7. The image encryption method according to claim 6, wherein the effective information area includes 1 first pixel, 2n second pixels, and 1 third pixel, which are sequentially and continuously arranged, n being the number information of the target cluster area;

writing the encrypted information in the effective information area, including:

setting a first component of the first pixel point as the number information of the target clustering area, and randomly setting a second component and a third component of the first pixel point;

for the target clustering area with the sequence number of i, setting a first component of a (2 i-1) th second pixel point as a first chaotic system parameter corresponding to the target clustering area, setting a second component and a third component of the (2 i-1) th second pixel point as an upper left corner abscissa and an upper left corner ordinate of the target clustering area respectively, setting a first component of the 2i th second pixel point as a first chaotic system initial value corresponding to the target clustering area, and setting a second component and a third component of the 2i th second pixel point as a lower right corner abscissa and a lower right corner ordinate of the target clustering area respectively;

And setting the second component and the third component of the third pixel point as the second chaotic system parameter and the second chaotic system initial value respectively, and randomly setting the first component of the third pixel point.
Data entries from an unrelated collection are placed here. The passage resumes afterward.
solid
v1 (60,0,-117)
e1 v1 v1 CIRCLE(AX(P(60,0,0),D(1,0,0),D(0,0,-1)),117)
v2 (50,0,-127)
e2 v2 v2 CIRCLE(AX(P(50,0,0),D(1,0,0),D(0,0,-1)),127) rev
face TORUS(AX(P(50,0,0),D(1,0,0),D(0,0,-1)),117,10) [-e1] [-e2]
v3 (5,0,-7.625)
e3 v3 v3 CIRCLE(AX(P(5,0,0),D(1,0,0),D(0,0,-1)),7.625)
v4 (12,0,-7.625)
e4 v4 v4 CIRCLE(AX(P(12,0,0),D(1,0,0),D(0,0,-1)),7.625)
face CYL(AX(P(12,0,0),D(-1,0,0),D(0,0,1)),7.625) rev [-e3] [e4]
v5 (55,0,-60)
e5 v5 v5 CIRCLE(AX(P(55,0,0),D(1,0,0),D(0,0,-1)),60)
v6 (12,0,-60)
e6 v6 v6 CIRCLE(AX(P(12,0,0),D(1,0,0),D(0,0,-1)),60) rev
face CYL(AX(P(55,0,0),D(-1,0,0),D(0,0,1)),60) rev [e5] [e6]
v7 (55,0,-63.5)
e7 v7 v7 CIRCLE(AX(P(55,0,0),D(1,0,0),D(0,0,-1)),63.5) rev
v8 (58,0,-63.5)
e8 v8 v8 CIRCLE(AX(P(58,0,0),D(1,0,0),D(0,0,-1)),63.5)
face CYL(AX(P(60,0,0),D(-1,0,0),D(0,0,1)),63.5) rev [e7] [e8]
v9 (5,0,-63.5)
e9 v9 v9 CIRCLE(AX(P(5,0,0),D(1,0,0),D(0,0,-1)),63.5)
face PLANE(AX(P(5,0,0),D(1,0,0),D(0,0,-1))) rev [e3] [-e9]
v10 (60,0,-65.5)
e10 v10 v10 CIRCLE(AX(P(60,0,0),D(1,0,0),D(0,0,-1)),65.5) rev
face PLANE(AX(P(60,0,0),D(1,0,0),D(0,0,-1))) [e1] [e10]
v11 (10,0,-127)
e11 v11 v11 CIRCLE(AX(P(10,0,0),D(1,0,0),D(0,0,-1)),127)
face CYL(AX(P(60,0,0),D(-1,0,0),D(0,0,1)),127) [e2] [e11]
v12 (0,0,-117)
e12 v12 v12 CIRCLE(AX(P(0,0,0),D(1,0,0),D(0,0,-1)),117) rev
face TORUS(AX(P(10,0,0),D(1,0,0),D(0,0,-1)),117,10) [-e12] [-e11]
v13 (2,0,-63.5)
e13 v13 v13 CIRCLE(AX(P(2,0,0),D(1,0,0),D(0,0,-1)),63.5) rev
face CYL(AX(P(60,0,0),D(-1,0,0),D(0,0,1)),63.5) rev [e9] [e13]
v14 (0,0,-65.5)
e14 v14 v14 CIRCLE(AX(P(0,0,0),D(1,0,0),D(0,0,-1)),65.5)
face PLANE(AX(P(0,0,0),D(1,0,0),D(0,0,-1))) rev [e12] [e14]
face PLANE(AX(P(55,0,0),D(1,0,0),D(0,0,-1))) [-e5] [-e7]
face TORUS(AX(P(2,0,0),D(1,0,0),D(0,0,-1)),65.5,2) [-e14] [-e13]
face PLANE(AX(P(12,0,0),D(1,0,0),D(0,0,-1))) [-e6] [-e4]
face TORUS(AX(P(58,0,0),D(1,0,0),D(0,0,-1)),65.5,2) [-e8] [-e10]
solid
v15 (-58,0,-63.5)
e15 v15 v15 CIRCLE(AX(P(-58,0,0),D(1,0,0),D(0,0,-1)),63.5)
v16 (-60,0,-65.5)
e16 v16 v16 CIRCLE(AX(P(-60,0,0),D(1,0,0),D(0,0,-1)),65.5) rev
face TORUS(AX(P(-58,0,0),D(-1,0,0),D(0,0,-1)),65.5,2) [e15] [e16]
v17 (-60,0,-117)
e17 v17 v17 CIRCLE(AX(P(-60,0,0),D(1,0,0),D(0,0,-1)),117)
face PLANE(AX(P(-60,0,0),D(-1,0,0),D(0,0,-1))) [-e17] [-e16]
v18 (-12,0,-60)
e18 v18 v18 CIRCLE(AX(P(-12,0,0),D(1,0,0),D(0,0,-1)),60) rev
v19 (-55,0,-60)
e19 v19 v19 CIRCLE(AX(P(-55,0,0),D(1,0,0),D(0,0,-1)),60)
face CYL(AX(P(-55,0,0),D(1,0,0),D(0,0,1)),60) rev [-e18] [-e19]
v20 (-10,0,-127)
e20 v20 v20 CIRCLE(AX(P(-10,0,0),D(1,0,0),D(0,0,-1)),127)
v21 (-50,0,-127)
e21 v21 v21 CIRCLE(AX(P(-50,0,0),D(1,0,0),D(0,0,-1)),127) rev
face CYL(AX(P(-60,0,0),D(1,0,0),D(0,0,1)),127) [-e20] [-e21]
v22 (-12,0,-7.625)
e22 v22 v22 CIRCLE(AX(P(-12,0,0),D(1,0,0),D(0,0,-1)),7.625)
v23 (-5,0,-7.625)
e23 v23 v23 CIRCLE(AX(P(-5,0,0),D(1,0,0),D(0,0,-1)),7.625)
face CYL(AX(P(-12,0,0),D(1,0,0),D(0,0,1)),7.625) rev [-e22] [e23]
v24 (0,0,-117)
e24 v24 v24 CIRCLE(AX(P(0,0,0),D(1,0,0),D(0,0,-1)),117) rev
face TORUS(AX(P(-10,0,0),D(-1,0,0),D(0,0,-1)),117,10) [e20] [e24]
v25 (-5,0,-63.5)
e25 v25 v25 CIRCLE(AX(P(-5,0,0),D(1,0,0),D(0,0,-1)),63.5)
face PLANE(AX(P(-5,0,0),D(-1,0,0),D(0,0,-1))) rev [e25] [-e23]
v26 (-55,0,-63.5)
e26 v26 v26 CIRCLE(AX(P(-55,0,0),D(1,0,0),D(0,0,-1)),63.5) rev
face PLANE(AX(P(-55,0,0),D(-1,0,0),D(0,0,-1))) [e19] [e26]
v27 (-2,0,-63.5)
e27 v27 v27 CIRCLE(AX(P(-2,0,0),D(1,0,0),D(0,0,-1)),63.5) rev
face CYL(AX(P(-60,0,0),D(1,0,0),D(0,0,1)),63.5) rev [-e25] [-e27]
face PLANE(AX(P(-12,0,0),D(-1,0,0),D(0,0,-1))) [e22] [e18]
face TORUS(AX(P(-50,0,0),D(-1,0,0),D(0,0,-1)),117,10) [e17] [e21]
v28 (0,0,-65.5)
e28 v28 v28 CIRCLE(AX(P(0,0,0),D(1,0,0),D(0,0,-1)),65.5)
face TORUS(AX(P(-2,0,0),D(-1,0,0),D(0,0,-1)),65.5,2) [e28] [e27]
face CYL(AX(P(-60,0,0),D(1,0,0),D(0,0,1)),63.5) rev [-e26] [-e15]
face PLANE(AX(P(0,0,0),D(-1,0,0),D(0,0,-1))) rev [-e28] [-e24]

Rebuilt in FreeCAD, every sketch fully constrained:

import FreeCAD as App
import Part
import Sketcher
from FreeCAD import Vector


def edges_at(feature, points):
    """Names of the edges that pass closest to the given points."""
    edges = feature.Shape.Edges
    near = lambda p: min(range(len(edges)), key=lambda i: edges[i].distToShape(Part.Vertex(*p))[0])
    return sorted({f"Edge{near(p) + 1}" for p in points})

doc = App.newDocument("Part")
body = doc.addObject("PartDesign::Body", "Body")

# Sketch on YZ plane
sketch1 = body.newObject("Sketcher::SketchObject", "Sketch")
sketch1.AttachmentSupport = (doc.getObject("YZ_Plane"), [""])
sketch1.MapMode = "FlatFace"
sketch1.AttachmentOffset = App.Placement(Vector(0, 0, 5), App.Rotation())
sketch1.addGeometry([
    Part.Circle(Vector(0, 0, 0), Vector(0, 0, 1), 64),
    Part.Circle(Vector(0, 0, 0), Vector(0, 0, 1), 8),
], False)
sketch1.addConstraint([
    Sketcher.Constraint("Coincident", 0, 3, -1, 1),
    Sketcher.Constraint("Coincident", 1, 3, -1, 1),
    Sketcher.Constraint("Diameter", 0, 127.0),
    Sketcher.Constraint("Diameter", 1, 15.25),
])
pad1 = body.newObject("PartDesign::Pad", "Pad")
pad1.Profile = sketch1
pad1.Length = 7

# Sketch on YZ plane
sketch2 = body.newObject("Sketcher::SketchObject", "Sketch001")
sketch2.AttachmentSupport = (doc.getObject("YZ_Plane"), [""])
sketch2.MapMode = "FlatFace"
sketch2.AttachmentOffset = App.Placement(Vector(0, 0, 5), App.Rotation())
sketch2.addGeometry([
    Part.Circle(Vector(0, 0, 0), Vector(0, 0, 1), 64),
    Part.Circle(Vector(0, 0, 0), Vector(0, 0, 1), 60),
], False)
sketch2.addConstraint([
    Sketcher.Constraint("Coincident", 0, 3, -1, 1),
    Sketcher.Constraint("Coincident", 1, 3, -1, 1),
    Sketcher.Constraint("Diameter", 0, 127.0),
    Sketcher.Constraint("Diameter", 1, 120.0),
])
pad2 = body.newObject("PartDesign::Pad", "Pad001")
pad2.Profile = sketch2
pad2.Length = 50

# Sketch on YZ plane
sketch3 = body.newObject("Sketcher::SketchObject", "Sketch002")
sketch3.AttachmentSupport = (doc.getObject("YZ_Plane"), [""])
sketch3.MapMode = "FlatFace"
sketch3.addGeometry([
    Part.Circle(Vector(0, 0, 0), Vector(0, 0, 1), 127),
    Part.Circle(Vector(0, 0, 0), Vector(0, 0, 1), 64),
], False)
sketch3.addConstraint([
    Sketcher.Constraint("Coincident", 0, 3, -1, 1),
    Sketcher.Constraint("Coincident", 1, 3, -1, 1),
    Sketcher.Constraint("Diameter", 0, 254.0),
    Sketcher.Constraint("Diameter", 1, 127.0),
])
pad3 = body.newObject("PartDesign::Pad", "Pad002")
pad3.Profile = sketch3
pad3.Length = 60
doc.recompute()

fillet = body.newObject("PartDesign::Fillet", "Fillet")
fillet.Base = (pad3, edges_at(pad3, [(60, 0, 127), (0, 0, 127)]))
fillet.Radius = 10
doc.recompute()

fillet2 = body.newObject("PartDesign::Fillet", "Fillet001")
fillet2.Base = (fillet, edges_at(fillet, [(0, 0, 63.5), (60, 0, 63.5)]))
fillet2.Radius = 2
body2 = doc.addObject("PartDesign::Body", "Body001")
doc.recompute()

mirroring = doc.addObject("Part::Mirroring", "Mirroring")
mirroring.Source = body
mirroring.Base = Vector(0, 0, 0)
mirroring.Normal = Vector(1, 0, 0)
body2.BaseFeature = mirroring
doc.recompute()
mirroring.Visibility = False

doc.recompute()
8. An image decryption method, comprising:

acquiring an image to be decrypted and associated information, and determining the position of an information area according to the size of the image to be decrypted and the associated information;

reading decryption information stored in the information area according to the position of the information area, deleting the information area from the image to be decrypted to obtain an intermediate image, wherein the decryption information comprises the number information of target clustering areas, chaotic decryption keys of each target clustering area, the position information of each target clustering area, chaotic decryption keys of a second component of the intermediate image and chaotic decryption keys of a third component of the intermediate image, the target clustering area corresponds to a first component of the intermediate image, the first component is any one of a Y component, a U component and a V component, and the second component and the third component are other two components except the first component;

And decrypting each target clustering area, the second component of the intermediate image and the third component of the intermediate image according to the decryption information to obtain a decrypted target image, wherein the decrypted target image is an image in a YUV format.

9. An electronic device, the electronic device comprising:

at least one processor; and a memory communicatively coupled to the at least one processor; wherein,

the memory stores a computer program executable by the at least one processor to enable the at least one processor to perform the method of any one of claims 1-8.

10. A computer readable storage medium storing computer instructions for causing a processor to perform the method of any one of claims 1-8.